Without photos, we wouldn’t know where we are or where we’re going,” Mzileni said at the launch of his solo exhibition at Gallery 1989 at The Market Photo Workshop, which ran from December 11 to January 21. 

It was fitting that in the next exhibition room, Mzileni shared the space with up-and-coming young photographers, some of whom were graduating that day. 

In his exhibition, his range of work expressed the resistance against apartheid in his famous June 16 1976 images and the harshness of life under that regime, where the human spirit somehow managed to thrive.

Mzileni had covered the June 16 riots as a 34-year-old Drum magazine photographer and was right in the thick of the tear gas.


His work in music, especially in documenting local jazz and even sport, which he was lauded for, was also exhibited.

Mzileni, who turned 80 on January 16, was presented with flowers by notable journalists who organised his birthday party at Nikki’s Oasis Jazz Restaurant in Newtown. 

While he hobbled on to the stage with his walking stick during his birthday party – he was feeling poorly that day – the passion and fire in his voice when he spoke about journalism, as well as his recollections of the hostile environment the former generation worked under, and what he achieved despite all that spoke of a man with no regrets. 

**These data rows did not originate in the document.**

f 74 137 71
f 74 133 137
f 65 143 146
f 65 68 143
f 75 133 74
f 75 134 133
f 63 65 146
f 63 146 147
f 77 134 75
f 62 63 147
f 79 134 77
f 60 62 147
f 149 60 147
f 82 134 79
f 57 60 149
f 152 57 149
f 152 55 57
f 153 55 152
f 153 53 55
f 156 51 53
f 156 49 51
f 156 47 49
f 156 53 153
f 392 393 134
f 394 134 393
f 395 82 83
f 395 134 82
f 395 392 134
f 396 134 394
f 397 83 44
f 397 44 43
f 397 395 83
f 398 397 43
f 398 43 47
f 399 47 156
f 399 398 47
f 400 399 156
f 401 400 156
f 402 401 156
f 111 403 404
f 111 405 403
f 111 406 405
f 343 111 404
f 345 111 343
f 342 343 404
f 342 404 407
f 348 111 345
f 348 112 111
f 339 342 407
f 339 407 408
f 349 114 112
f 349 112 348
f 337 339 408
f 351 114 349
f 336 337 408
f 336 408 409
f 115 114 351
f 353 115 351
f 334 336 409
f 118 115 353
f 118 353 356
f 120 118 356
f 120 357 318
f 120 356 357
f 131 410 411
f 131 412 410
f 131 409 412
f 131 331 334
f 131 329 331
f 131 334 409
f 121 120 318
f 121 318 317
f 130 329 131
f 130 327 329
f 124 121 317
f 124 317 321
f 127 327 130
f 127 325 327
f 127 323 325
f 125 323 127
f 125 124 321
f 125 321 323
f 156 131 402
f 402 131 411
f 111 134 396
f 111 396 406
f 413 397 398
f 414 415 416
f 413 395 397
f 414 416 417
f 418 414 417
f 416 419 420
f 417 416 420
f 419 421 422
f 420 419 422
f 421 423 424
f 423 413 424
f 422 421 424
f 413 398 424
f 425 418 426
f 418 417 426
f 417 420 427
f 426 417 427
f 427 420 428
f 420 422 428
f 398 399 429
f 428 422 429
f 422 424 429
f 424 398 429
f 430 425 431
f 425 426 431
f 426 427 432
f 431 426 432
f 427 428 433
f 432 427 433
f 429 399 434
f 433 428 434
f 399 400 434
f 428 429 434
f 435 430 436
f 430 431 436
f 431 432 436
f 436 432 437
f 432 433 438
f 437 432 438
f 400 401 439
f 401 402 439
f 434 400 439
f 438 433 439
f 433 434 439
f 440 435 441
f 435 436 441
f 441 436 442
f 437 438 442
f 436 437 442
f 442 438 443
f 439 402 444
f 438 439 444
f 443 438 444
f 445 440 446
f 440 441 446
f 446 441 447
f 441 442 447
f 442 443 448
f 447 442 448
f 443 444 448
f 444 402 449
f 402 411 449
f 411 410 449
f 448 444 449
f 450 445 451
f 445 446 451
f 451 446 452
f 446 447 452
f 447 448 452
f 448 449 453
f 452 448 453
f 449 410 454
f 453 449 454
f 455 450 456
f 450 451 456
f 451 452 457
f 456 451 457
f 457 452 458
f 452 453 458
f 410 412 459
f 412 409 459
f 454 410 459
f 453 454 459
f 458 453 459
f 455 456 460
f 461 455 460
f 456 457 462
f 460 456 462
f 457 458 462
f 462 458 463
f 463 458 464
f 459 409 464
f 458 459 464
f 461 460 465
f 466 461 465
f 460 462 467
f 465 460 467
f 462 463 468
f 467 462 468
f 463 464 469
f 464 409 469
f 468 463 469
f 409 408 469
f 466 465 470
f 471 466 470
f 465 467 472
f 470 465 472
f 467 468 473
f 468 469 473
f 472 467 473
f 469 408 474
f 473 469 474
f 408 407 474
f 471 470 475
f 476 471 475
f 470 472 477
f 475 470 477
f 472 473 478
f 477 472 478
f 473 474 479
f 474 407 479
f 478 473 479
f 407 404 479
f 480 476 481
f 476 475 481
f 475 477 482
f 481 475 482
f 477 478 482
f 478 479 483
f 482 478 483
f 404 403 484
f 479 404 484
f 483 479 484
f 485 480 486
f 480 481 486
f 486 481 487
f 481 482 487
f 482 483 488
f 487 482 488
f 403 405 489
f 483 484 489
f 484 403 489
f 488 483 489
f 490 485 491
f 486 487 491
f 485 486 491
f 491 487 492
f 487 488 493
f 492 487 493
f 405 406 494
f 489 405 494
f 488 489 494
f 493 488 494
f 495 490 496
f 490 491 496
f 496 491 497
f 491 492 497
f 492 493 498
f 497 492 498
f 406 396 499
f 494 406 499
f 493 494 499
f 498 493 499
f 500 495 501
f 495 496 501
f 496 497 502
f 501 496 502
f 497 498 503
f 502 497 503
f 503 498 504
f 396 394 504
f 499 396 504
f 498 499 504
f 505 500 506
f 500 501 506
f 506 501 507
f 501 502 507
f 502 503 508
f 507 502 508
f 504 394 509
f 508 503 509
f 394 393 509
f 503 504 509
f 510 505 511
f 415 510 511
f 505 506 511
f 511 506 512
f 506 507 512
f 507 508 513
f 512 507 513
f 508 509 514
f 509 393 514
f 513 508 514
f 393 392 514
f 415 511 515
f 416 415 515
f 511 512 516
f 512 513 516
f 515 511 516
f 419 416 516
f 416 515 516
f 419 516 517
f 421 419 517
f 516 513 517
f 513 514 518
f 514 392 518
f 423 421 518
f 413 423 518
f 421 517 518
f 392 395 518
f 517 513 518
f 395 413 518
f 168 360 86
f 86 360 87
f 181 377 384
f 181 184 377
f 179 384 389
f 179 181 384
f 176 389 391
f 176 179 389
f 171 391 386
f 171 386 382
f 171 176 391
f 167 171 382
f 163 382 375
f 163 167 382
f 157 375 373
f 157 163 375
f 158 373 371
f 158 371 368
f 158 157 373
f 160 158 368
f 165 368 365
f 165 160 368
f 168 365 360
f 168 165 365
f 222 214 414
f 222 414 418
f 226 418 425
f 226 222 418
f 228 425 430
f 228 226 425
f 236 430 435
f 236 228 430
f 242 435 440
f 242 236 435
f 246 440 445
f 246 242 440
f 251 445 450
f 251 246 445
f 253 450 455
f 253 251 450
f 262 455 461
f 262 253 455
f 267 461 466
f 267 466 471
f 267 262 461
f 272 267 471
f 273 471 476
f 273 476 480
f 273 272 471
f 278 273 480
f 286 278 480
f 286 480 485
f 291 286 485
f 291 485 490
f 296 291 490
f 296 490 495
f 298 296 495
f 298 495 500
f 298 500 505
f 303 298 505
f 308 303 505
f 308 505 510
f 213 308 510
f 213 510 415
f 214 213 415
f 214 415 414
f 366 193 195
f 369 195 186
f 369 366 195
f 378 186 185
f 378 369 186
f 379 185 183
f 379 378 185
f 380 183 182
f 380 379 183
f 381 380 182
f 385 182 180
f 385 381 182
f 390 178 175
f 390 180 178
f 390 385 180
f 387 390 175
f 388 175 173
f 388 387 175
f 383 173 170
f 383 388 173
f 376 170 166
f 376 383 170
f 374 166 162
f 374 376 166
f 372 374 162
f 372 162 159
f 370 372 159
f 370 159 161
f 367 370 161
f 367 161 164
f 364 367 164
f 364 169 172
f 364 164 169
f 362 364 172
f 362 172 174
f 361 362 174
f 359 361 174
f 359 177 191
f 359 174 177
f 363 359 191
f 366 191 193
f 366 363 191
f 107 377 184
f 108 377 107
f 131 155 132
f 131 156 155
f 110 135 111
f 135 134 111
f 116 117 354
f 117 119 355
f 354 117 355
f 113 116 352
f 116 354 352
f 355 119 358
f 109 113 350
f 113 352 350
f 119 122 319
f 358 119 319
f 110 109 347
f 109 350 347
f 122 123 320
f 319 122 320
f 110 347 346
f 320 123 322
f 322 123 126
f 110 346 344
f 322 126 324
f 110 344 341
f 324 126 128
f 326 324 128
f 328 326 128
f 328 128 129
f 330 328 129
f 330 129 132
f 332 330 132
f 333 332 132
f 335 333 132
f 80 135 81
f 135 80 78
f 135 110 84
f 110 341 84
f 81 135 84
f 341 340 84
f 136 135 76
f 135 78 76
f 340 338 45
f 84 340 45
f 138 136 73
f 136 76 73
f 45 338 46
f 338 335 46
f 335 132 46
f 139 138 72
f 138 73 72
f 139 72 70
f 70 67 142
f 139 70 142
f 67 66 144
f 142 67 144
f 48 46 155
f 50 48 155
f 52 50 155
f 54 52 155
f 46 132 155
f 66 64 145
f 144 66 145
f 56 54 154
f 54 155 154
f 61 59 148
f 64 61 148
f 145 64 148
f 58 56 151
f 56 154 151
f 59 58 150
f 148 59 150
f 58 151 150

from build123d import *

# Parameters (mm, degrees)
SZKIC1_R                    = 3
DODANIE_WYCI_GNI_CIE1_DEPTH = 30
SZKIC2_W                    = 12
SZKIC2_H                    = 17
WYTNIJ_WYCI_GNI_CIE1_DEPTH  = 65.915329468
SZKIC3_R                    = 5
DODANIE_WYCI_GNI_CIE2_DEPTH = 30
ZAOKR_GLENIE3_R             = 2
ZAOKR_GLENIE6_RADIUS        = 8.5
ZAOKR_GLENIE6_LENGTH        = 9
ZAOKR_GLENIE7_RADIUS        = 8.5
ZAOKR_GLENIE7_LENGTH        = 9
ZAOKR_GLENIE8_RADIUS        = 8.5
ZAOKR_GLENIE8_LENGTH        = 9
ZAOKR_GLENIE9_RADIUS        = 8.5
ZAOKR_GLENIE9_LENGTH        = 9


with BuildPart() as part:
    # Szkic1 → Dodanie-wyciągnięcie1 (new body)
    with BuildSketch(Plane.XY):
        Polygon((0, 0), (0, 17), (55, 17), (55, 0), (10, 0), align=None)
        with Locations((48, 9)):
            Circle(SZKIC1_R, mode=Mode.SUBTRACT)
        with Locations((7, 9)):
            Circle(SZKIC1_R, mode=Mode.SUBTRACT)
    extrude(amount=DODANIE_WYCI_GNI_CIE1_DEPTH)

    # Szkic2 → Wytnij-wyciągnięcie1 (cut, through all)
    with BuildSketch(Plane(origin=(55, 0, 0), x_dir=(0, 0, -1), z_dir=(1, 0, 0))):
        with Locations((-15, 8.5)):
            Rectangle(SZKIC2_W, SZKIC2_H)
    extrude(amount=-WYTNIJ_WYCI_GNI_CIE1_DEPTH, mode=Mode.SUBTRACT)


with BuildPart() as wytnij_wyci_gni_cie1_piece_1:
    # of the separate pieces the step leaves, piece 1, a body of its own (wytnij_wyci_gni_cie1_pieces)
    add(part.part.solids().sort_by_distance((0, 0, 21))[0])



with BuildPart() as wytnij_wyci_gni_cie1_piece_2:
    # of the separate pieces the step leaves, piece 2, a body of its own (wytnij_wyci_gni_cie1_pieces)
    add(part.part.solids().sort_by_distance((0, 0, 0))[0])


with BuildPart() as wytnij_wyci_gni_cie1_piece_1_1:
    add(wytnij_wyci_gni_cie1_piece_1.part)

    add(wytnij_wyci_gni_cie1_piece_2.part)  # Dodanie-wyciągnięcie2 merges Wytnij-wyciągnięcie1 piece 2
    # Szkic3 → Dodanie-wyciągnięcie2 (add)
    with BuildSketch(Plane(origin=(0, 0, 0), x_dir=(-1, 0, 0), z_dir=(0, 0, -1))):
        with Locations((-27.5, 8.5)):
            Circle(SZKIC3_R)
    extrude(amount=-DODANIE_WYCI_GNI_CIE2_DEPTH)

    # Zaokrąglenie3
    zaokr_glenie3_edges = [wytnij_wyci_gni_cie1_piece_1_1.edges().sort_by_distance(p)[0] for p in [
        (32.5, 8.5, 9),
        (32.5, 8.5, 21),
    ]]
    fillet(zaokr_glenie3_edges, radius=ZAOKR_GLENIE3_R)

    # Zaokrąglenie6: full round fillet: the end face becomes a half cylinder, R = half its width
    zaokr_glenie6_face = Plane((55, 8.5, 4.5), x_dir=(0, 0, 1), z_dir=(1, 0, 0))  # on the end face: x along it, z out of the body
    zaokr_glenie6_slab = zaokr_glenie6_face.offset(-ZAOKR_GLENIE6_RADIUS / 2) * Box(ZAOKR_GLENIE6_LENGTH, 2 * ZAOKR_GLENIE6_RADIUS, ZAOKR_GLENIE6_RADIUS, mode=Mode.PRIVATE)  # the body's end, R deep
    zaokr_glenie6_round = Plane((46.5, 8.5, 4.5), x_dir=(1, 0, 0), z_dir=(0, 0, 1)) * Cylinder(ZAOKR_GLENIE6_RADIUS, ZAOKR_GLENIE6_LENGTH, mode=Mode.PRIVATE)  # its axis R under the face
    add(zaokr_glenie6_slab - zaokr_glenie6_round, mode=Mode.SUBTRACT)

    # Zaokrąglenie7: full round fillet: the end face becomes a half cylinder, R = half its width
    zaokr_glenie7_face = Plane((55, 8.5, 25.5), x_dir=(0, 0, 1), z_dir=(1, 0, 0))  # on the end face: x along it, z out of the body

His purpose was shaped through a camera lens.

Mzileni, one of the last surviving Drum-era journalists, is also credited as being one of black journalism’s pathfinders.

His notable oeuvre in music is also documented in two books called A Common Hunger to Sing by veteran writer ZB Molefe published in 1997, which paid homage to 50 women jazz singers from 1950 to 1990, and All that Jazz: A Pictorial Tribute – Mike Mzileni.Mzileni worked for various publications during his career, including The World, the Sunday Express, the Rand Daily Mail and the Sunday Times, with his last media role being the picture editor at City Press from 1982 until his retirement in 2000.

He is survived by his sister, Noma Mokoena, wife, Antoinette, two children, Nandi and Kwame, and four grandchildren. The family will announce the memorial service and funeral details in due course.